O autor, Bernardo Pires de Lima, é investigador universitário, colunista na imprensa e analista de temas internacionais na rádio e televisão pública.

O Lado B é muito diferente do Lado A no single "editado" por Bruxelas?

Olho para o Lado A como sendo uma espécie de grelha com uma narrativa idílica com chavões que, depois, não têm propriamente adesão à realidade.

A história da Europa e da integração europeia nos últimos sessenta anos é, muitas vezes, contada de uma forma muito simplista, que retira carga política (política aqui no sentido até de um lado perverso e maquiavélico da arte politica, diplomática e das relações económicas) e, no fundo, mascara essas dimensões do quotidiano político entre estados, sociedades e identidades históricas com alguns conceitos simplistas e cor-de-rosa.

O que tenho estudado ao longo dos anos e testemunhei com este percurso de 11 meses pelos 28 países - o livro é esse testemunho - é ter encontrado outros lados, mais perversos, mais negros, onde a história é manipulada por uma dimensão político-partidária para tirar proveito das realidades nacionais em detrimento dos princípios comunitários.
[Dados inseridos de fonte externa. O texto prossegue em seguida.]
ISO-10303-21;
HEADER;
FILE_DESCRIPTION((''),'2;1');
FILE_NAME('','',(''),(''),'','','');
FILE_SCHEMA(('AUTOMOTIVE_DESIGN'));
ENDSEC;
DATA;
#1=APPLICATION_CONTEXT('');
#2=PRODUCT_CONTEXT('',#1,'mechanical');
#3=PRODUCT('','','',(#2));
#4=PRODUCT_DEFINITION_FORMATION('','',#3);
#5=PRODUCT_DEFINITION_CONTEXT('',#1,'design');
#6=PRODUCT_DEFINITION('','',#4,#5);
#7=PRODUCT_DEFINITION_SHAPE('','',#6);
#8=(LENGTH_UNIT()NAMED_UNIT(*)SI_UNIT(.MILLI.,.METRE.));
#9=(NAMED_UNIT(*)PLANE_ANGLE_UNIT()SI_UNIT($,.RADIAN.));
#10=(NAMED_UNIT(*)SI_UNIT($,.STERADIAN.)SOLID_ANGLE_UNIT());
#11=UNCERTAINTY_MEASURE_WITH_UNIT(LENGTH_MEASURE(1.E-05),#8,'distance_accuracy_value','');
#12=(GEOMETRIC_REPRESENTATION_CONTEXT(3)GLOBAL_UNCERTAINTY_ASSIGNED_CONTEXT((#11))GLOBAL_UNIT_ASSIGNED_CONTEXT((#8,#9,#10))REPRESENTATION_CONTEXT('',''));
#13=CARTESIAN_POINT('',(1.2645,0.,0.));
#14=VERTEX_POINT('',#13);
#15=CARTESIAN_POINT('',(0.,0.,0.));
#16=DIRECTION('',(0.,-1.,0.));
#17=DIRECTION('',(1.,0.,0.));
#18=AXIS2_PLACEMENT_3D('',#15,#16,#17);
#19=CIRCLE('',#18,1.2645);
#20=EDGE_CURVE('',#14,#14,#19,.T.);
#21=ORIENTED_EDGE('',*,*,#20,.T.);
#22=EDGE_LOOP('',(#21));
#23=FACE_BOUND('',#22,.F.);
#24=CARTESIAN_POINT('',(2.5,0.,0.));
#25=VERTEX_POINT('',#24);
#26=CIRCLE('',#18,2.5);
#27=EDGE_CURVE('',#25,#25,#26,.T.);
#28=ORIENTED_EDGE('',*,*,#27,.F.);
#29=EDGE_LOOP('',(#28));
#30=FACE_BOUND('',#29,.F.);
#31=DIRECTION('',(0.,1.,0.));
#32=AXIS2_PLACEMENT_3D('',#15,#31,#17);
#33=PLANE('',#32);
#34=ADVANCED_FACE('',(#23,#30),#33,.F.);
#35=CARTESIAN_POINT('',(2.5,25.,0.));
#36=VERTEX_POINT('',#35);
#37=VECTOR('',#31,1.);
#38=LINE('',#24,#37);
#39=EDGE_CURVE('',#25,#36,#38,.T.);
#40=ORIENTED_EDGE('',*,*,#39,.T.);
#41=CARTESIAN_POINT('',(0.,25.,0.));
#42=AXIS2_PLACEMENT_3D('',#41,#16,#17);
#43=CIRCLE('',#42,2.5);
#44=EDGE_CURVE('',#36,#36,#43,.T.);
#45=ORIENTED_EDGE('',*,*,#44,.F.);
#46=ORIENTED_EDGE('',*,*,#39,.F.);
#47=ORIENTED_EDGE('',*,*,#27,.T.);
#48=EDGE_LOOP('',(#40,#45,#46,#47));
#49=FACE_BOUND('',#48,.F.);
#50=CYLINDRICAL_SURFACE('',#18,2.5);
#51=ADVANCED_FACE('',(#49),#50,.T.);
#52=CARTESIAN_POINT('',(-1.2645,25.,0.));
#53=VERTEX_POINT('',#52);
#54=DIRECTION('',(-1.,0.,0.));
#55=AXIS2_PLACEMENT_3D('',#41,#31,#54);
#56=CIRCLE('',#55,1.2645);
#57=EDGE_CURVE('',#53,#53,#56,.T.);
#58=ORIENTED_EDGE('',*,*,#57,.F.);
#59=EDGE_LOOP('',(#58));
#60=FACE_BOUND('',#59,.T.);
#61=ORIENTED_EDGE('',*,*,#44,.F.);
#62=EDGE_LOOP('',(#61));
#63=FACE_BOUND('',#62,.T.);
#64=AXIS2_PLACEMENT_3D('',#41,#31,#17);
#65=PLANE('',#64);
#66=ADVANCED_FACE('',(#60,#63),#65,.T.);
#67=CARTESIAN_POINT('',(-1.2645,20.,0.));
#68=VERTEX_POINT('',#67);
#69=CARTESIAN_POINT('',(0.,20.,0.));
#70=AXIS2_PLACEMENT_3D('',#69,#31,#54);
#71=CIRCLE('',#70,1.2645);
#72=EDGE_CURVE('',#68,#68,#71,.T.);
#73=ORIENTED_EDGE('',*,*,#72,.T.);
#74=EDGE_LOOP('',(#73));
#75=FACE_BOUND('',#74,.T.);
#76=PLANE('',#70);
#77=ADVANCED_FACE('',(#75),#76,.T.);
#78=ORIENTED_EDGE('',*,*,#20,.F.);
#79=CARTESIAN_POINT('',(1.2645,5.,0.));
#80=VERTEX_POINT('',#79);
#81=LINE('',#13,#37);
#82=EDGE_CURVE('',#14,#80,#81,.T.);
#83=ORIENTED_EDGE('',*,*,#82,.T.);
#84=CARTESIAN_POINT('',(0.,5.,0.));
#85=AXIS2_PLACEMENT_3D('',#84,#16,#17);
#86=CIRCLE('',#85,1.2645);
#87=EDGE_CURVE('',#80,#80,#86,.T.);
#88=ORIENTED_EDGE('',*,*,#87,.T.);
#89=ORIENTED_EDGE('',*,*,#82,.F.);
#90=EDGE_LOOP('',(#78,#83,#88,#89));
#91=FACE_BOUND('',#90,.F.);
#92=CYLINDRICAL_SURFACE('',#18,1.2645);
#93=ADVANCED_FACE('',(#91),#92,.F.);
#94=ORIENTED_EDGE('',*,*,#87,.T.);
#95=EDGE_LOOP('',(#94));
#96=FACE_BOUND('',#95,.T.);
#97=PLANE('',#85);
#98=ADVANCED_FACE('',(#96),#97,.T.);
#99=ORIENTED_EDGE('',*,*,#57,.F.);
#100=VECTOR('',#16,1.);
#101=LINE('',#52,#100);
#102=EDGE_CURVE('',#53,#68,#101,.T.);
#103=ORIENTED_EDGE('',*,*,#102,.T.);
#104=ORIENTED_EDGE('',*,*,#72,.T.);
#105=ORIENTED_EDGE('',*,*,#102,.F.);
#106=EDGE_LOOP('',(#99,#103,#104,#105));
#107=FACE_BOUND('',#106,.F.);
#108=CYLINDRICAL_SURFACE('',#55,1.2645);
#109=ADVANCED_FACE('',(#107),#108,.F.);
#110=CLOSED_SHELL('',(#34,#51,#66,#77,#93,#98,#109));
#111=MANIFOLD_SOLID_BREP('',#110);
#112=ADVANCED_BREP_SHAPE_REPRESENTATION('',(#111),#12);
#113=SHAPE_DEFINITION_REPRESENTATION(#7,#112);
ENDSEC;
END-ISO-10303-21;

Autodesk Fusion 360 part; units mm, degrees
sketch "Sketch1" plane through (0, 0, 0) normal (0, 1, 0) x (1, 0, 0)
  circle A0 centre (0, 0) radius 2.5
  dimension "d1" = 5
extrude "Extrude1" add sketch "Sketch1" along normal blind 25
sketch "Sketch2" plane through (0, 25, 0) normal (0, 1, 0) x (-1, 0, 0)
  circle A0 centre (0, 0) radius 1.5
  dimension "d4" = 3
extrude "Extrude2" cut sketch "Sketch2" against normal blind 5
sketch "Sketch3" plane through (0, 0, 0) normal (0, -1, 0) x (1, 0, 0)
  circle A0 centre (0, 0) radius 1.5
  dimension "d7" = 3
extrude "Extrude3" cut sketch "Sketch3" against normal blind 5
thread "Thread1" "ISO Metric profile 3.0 M3x0.5 6H" major diameter 3.086 minor diameter 2.529 pitch 0.5 angle 60 resizes the face on face at (1.4981, 3.3333, -0.0748)
thread "Thread2" "ISO Metric profile 3.0 M3x0.5 6H" major diameter 3.086 minor diameter 2.529 pitch 0.5 angle 60 resizes the face on face at (-1.4981, 21.6667, -0.0748)
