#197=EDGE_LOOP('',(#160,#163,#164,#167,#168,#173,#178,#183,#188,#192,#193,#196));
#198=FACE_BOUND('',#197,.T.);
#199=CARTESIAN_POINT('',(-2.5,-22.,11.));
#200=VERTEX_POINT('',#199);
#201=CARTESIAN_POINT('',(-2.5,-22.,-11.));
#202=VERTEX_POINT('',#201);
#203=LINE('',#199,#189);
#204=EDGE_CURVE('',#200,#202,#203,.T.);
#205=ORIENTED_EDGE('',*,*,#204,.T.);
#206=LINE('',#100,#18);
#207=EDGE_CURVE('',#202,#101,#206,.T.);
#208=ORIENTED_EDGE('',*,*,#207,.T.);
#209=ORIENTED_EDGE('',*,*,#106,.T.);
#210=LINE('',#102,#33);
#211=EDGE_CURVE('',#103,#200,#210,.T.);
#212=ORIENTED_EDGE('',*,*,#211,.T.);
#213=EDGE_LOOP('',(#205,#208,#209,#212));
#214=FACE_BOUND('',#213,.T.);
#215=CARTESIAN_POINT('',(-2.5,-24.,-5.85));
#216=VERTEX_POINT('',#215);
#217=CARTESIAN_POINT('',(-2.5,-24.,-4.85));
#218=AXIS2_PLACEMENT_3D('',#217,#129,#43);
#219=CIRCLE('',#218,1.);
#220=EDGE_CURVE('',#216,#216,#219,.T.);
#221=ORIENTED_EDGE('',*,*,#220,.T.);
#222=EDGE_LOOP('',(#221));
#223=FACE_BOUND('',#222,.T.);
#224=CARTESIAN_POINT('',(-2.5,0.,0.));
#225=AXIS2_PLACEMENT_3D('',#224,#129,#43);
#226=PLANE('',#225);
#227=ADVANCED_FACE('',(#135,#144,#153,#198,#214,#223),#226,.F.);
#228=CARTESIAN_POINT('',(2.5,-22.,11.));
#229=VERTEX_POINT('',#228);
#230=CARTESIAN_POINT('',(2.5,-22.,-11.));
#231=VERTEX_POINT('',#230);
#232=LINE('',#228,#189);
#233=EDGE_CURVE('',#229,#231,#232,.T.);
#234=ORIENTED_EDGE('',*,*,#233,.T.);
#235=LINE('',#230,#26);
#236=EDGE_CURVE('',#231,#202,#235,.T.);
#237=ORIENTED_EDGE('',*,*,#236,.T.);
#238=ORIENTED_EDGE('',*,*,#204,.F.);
Estes 11 meses incluem-se também num período de tempo em que dois jornalistas foram assassinados em Malta e na Eslováquia por investigarem casos de corrupção que atinge todo o establishment de alguns países. São casos assombrosos que, por exemplo, na Eslováquia levaram à queda do governo do primeiro-ministro Robert Fico.

E, claro, o livro reflecte toda a dimensão do Brexit, pela primeira vez um estado quer abandonar a União e as várias crises concêntricas seja refugiados, integração de comunidades, euro, seja nacionalismo vs cosmopolitismo, seja da intervenção de Putin na Ucrânia e da passada russa na consolidação de uma agenda alternativa, tudo isto são elementos que compoêm o lado B.

E esse "Lado B" afasta os cidadãos da Europa?

Nestes 11 meses em 28 países, eu vi de tudo. Vi milhares nas ruas de Bucareste contra legislação frágil face a casos de corrupção política e que, ao fim de muitas semanas nas ruas, conseguiram fazer implodir essa legislação. Vi manifestações de neonazis na Polónia, mas também concentrações três vezes maiores pró-Europa nas ruas de Varsóvia. Vi uma enorme mistura de sensibilidades.

O que parece é que a construção da narrativa da União Europeia, sobretudo criada a partir das suas instituições, mascara os lados negros da política dos estados membros. E como mascara depois constrói uma narrativa alternativa, demasiado cor-de-rosa que não encaixa nos anseios dos cidadãos. Há aqui um desfasamento que convém diluir e aproximar.

Essa desadequação integra alguns conceitos simplistas como a diferença países do Norte/países do Sul? A um cipriota e a um finlandês separa-os um abismo? Acentuam-se diferentes matizes na leitura da Europa?

Sim, há diferentes matizes, mas não é um fenómeno novo nem o livro as refere como sendo diferenças apenas de 2017. A União Europeia, a integração europeia também serviu, além de fazer a paz entre França e Alemanha no pós-guerra, para diluir as grandes diferenças estruturais entre as diferentes latitudes e longitudes europeias. Mas há um desconhecimento mútuo entre os europeus, acho mesmo que partilhando um espaço comum alargado não nos conhecemos como deveríamos. Em segundo lugar olhamos para várias regiões europeias com excessiva unanimidade, pintando-as de uma coesão inexistente.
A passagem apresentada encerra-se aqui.